Key Findings: Biomarker Burden Matters
The study's most striking finding emerged when researchers examined overall biomarker patterns rather than drug-specific matching. The primary hypothesis—that participants receiving a drug consistent with their biomarker would outperform those receiving an inconsistent drug—did not reach statistical significance (time × consistent/inconsistent group, F(1,38.18) = 0.03, P = 0.87). Response rates were 66.7% in the inconsistent group versus 61.5% in the consistent group.
However, a significant difference emerged when comparing depression symptom trajectories based on the number of positive biomarkers a patient possessed (time × group F(2,38.32) = 3.85, P = 0.029). Patients with two negative markers showed the smallest reduction in depressive symptoms regardless of drug assignment. Response rates reached 71.4% among patients with positive biomarkers for both medications, compared with 65.4% for those with one positive marker and 42.9% for those with no positive markers—representing a 66.8% boost in response rate.

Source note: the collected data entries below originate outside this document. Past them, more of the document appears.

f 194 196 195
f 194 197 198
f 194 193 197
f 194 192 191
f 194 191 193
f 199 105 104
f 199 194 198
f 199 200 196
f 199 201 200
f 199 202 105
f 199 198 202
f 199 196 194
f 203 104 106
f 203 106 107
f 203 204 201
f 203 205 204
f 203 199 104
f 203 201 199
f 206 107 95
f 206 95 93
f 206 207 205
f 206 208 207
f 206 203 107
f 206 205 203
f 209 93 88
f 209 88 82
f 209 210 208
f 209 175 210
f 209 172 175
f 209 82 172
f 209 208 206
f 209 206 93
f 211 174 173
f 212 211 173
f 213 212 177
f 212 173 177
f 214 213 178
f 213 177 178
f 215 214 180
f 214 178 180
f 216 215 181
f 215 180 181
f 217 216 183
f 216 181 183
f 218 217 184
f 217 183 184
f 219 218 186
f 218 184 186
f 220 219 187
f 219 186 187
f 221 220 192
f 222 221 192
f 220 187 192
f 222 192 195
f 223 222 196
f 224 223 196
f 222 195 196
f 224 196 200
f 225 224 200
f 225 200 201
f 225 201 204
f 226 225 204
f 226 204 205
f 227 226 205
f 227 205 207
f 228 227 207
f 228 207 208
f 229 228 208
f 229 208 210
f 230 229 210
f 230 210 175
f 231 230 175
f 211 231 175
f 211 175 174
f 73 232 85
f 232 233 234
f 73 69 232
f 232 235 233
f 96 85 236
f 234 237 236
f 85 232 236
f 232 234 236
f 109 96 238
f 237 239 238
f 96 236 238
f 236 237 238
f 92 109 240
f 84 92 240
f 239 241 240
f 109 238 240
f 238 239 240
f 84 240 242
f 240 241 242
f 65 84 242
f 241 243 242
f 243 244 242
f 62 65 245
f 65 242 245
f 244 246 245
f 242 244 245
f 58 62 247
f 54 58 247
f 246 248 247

"This is important because it reinforces the idea that depression is not a single uniform illness," Pizzagalli said. "Different biological pathways likely contribute to symptoms in different people. Understanding those differences could eventually allow us to tailor treatments much more effectively."
Shared Biological Signals Across Drug Classes
The findings point to a shared biomarker signal predicting response across both sertraline and bupropion, despite their different mechanisms of action. Both drugs act on monoaminergic pathways—sertraline by inhibiting serotonin reuptake and bupropion by inhibiting dopamine and norepinephrine reuptake. The researchers note that reward processing and cognitive control, both mediated by monoaminergic signaling in the brain, may serve as markers of treatment responsiveness for monoaminergic medications broadly.
Limitations and Clinical Applicability
The researchers caution that the technology is not yet ready for routine clinical use. The final analytical sample included fewer than 50 patients, limiting statistical power to detect drug-specific differentiation. Additionally, some predictive measures relied on expensive fMRI scans that are not currently practical for most clinical settings.
"This study is an early but important proof of concept," Pizzagalli said. "It lays the groundwork for larger studies that could ultimately transform how we treat depression."
The implications could extend beyond medication selection. In the future, biomarker-guided approaches might help clinicians identify patients unlikely to respond to conventional antidepressants, allowing them to move more quickly toward alternatives such as psychotherapy, brain stimulation therapies, or ketamine-based treatments.
The research was funded by the National Institute of Mental Health, which supported the EMBARC study, and by Wellcome Leap's Multi-Channel Psych program, which supported the UC Irvine-led clinical trial.